* [What needs to be done] Through the line that contains "v 5.131 7 -10.739", return the data below exactly, starting at its first line; leave the rest out.

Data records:
+ + + + +
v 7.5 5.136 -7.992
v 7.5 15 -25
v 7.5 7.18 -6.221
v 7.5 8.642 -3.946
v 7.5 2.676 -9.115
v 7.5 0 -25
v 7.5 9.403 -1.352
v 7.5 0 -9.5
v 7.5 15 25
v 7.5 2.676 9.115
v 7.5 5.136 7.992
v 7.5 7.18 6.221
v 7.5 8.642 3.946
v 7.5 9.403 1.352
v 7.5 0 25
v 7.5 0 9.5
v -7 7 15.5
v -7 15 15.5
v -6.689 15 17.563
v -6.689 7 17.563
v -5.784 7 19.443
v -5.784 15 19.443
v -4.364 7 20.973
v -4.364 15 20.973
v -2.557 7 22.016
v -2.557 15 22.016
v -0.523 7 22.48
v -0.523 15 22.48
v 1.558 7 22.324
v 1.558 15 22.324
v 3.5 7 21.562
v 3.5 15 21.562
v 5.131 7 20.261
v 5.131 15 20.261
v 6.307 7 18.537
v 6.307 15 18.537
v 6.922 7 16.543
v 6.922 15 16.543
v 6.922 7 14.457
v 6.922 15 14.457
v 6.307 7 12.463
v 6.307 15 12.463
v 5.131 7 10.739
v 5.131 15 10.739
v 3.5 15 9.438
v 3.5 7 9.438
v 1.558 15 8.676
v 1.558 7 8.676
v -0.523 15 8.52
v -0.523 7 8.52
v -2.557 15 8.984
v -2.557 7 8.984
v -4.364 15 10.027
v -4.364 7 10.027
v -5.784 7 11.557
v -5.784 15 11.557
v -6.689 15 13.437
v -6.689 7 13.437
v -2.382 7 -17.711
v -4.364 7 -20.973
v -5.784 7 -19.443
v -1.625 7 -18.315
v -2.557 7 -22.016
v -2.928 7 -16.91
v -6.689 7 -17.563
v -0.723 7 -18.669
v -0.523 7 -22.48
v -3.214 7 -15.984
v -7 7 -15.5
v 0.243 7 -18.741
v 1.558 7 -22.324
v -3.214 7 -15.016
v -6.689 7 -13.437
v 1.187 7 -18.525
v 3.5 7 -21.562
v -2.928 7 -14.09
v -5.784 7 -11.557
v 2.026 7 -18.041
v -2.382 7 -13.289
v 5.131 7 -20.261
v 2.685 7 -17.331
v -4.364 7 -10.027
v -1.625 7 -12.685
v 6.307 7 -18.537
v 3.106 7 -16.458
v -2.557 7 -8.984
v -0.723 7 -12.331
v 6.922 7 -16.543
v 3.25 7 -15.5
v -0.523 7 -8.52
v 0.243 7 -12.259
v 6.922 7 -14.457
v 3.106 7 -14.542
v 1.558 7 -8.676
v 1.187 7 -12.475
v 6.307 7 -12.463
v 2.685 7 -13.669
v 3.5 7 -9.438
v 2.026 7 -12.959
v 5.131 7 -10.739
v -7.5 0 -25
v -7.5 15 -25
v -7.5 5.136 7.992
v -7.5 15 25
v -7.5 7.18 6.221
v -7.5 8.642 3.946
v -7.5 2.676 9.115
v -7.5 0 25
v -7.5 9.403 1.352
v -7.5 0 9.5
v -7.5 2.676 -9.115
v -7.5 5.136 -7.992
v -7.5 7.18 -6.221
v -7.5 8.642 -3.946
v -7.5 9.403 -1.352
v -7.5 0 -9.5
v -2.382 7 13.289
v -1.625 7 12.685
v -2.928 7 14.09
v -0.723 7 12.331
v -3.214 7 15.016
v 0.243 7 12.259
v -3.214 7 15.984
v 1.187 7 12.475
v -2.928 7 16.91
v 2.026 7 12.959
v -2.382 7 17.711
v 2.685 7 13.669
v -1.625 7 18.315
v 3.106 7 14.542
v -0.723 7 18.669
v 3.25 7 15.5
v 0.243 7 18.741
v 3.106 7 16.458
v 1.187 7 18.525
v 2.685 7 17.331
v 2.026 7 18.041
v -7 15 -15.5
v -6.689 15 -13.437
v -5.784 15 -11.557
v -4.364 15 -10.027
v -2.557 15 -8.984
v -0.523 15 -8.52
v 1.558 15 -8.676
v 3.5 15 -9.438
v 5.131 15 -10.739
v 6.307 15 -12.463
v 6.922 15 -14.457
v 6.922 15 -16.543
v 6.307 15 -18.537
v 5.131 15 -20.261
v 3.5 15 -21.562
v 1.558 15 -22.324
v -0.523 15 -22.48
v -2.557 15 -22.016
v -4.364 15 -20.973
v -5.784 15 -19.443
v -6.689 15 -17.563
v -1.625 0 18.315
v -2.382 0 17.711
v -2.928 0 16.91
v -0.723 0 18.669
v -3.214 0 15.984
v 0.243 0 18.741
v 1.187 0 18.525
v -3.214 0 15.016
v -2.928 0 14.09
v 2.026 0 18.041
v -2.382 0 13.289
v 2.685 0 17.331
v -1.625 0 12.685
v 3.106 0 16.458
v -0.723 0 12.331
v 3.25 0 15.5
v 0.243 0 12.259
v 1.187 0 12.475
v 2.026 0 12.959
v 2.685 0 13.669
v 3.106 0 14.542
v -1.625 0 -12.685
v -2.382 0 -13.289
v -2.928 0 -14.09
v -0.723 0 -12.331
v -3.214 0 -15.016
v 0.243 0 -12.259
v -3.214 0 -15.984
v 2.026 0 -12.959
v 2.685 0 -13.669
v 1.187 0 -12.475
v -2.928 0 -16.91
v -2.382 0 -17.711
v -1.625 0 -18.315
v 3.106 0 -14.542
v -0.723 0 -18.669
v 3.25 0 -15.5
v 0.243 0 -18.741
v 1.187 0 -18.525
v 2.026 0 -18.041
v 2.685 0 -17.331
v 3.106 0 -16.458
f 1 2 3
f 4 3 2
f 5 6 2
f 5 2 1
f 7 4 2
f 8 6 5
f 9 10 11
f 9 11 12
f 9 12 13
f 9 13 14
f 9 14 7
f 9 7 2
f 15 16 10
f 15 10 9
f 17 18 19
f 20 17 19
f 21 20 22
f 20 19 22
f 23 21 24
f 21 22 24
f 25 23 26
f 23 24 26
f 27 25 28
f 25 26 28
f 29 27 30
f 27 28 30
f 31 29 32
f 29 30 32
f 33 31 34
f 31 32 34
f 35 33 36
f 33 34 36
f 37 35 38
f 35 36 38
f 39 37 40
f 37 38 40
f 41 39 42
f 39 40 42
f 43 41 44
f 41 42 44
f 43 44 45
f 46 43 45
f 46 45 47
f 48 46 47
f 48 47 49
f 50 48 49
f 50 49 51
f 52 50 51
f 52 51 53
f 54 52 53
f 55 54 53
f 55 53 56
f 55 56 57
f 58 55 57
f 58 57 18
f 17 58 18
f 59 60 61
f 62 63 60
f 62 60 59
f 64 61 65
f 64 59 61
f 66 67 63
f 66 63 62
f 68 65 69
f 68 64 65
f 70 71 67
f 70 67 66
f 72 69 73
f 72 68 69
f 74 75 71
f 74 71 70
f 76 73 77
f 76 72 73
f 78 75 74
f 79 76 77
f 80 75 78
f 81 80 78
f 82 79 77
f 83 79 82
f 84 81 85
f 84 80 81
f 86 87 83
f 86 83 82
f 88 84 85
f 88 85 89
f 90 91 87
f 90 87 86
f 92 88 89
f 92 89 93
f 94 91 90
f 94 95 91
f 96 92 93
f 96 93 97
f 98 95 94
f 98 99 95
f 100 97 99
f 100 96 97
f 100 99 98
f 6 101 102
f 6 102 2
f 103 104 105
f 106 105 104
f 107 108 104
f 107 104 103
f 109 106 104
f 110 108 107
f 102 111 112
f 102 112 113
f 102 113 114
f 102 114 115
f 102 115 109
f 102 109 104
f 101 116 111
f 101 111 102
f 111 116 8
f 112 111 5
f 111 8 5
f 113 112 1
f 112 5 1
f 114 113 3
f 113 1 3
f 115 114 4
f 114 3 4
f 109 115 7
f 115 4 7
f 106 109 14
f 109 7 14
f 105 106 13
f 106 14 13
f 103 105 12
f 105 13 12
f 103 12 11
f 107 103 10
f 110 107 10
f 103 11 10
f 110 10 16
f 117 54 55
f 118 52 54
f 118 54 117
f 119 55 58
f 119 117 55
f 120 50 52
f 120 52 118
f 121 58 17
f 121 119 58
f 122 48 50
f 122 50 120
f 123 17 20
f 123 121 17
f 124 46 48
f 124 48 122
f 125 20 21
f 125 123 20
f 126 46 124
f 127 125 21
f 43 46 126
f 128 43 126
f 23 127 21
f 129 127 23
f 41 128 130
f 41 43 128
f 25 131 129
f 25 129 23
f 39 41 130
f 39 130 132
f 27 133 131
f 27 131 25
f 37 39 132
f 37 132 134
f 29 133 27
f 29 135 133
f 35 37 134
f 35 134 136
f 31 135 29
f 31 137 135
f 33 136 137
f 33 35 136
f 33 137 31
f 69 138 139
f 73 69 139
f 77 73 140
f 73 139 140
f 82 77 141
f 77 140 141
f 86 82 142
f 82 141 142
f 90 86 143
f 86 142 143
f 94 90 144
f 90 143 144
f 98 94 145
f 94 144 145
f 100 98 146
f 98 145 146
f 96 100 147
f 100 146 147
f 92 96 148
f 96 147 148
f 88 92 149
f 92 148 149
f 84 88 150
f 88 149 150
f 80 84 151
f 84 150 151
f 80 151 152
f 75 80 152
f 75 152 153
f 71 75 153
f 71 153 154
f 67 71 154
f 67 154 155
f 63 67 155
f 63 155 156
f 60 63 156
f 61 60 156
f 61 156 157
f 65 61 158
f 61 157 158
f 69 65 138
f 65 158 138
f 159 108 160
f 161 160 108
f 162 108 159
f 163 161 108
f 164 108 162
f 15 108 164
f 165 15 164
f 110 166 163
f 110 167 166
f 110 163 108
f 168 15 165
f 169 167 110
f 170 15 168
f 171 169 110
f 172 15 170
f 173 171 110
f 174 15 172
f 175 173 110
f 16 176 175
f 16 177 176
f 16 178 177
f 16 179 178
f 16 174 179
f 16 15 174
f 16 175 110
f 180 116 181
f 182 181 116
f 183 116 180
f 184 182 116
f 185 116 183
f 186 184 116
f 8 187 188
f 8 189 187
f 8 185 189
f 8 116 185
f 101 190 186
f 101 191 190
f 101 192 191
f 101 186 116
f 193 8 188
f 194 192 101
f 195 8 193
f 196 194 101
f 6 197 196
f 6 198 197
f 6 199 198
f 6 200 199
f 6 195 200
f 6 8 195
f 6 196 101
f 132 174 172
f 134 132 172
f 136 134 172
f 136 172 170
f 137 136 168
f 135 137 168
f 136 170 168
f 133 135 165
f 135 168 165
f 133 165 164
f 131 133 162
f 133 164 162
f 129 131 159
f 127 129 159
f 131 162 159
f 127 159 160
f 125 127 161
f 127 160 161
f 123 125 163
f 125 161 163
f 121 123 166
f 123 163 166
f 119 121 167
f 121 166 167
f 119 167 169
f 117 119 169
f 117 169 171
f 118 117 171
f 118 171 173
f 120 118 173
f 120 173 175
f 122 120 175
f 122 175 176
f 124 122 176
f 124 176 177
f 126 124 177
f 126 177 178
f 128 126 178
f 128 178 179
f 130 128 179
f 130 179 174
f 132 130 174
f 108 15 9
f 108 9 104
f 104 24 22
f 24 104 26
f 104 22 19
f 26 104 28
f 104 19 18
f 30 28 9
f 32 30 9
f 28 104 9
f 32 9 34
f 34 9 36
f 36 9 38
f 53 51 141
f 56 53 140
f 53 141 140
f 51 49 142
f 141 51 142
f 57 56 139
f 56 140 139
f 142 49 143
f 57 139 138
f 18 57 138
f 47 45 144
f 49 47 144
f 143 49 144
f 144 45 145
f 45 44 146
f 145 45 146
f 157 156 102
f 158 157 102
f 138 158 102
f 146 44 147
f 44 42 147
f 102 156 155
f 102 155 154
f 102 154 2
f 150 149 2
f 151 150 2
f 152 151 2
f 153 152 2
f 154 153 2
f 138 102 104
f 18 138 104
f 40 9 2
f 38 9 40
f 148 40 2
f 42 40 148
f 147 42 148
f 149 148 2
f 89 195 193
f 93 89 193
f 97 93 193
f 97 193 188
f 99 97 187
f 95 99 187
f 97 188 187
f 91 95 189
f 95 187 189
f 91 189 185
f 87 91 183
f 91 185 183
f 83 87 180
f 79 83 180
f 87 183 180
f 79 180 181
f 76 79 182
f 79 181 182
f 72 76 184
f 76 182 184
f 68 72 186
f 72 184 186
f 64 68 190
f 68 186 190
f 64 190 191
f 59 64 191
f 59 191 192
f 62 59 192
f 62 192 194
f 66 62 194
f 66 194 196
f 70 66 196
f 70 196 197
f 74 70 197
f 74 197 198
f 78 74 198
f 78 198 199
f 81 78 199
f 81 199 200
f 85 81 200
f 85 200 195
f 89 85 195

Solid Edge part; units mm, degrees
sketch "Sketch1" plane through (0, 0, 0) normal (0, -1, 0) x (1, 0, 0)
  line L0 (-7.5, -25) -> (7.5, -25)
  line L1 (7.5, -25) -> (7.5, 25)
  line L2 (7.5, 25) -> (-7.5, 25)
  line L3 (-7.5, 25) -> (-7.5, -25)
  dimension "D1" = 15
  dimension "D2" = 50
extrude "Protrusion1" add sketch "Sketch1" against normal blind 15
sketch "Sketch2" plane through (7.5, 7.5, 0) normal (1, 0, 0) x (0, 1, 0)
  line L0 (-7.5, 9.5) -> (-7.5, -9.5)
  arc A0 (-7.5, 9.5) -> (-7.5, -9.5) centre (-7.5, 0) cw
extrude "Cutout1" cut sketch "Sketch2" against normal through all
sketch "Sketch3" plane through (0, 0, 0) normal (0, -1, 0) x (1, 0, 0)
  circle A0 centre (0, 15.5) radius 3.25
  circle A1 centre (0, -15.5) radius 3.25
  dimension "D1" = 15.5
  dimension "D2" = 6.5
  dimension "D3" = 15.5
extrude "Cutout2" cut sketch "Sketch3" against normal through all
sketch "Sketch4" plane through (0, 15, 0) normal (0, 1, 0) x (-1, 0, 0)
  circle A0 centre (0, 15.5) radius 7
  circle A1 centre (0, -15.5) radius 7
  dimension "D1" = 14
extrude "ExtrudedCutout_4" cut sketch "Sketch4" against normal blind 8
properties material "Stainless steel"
+ + + + +
* [Answer]
v 7.5 5.136 -7.992
v 7.5 15 -25
v 7.5 7.18 -6.221
v 7.5 8.642 -3.946
v 7.5 2.676 -9.115
v 7.5 0 -25
v 7.5 9.403 -1.352
v 7.5 0 -9.5
v 7.5 15 25
v 7.5 2.676 9.115
v 7.5 5.136 7.992
v 7.5 7.18 6.221
v 7.5 8.642 3.946
v 7.5 9.403 1.352
v 7.5 0 25
v 7.5 0 9.5
v -7 7 15.5
v -7 15 15.5
v -6.689 15 17.563
v -6.689 7 17.563
v -5.784 7 19.443
v -5.784 15 19.443
v -4.364 7 20.973
v -4.364 15 20.973
v -2.557 7 22.016
v -2.557 15 22.016
v -0.523 7 22.48
v -0.523 15 22.48
v 1.558 7 22.324
v 1.558 15 22.324
v 3.5 7 21.562
v 3.5 15 21.562
v 5.131 7 20.261
v 5.131 15 20.261
v 6.307 7 18.537
v 6.307 15 18.537
v 6.922 7 16.543
v 6.922 15 16.543
v 6.922 7 14.457
v 6.922 15 14.457
v 6.307 7 12.463
v 6.307 15 12.463
v 5.131 7 10.739
v 5.131 15 10.739
v 3.5 15 9.438
v 3.5 7 9.438
v 1.558 15 8.676
v 1.558 7 8.676
v -0.523 15 8.52
v -0.523 7 8.52
v -2.557 15 8.984
v -2.557 7 8.984
v -4.364 15 10.027
v -4.364 7 10.027
v -5.784 7 11.557
v -5.784 15 11.557
v -6.689 15 13.437
v -6.689 7 13.437
v -2.382 7 -17.711
v -4.364 7 -20.973
v -5.784 7 -19.443
v -1.625 7 -18.315
v -2.557 7 -22.016
v -2.928 7 -16.91
v -6.689 7 -17.563
v -0.723 7 -18.669
v -0.523 7 -22.48
v -3.214 7 -15.984
v -7 7 -15.5
v 0.243 7 -18.741
v 1.558 7 -22.324
v -3.214 7 -15.016
v -6.689 7 -13.437
v 1.187 7 -18.525
v 3.5 7 -21.562
v -2.928 7 -14.09
v -5.784 7 -11.557
v 2.026 7 -18.041
v -2.382 7 -13.289
v 5.131 7 -20.261
v 2.685 7 -17.331
v -4.364 7 -10.027
v -1.625 7 -12.685
v 6.307 7 -18.537
v 3.106 7 -16.458
v -2.557 7 -8.984
v -0.723 7 -12.331
v 6.922 7 -16.543
v 3.25 7 -15.5
v -0.523 7 -8.52
v 0.243 7 -12.259
v 6.922 7 -14.457
v 3.106 7 -14.542
v 1.558 7 -8.676
v 1.187 7 -12.475
v 6.307 7 -12.463
v 2.685 7 -13.669
v 3.5 7 -9.438
v 2.026 7 -12.959
v 5.131 7 -10.739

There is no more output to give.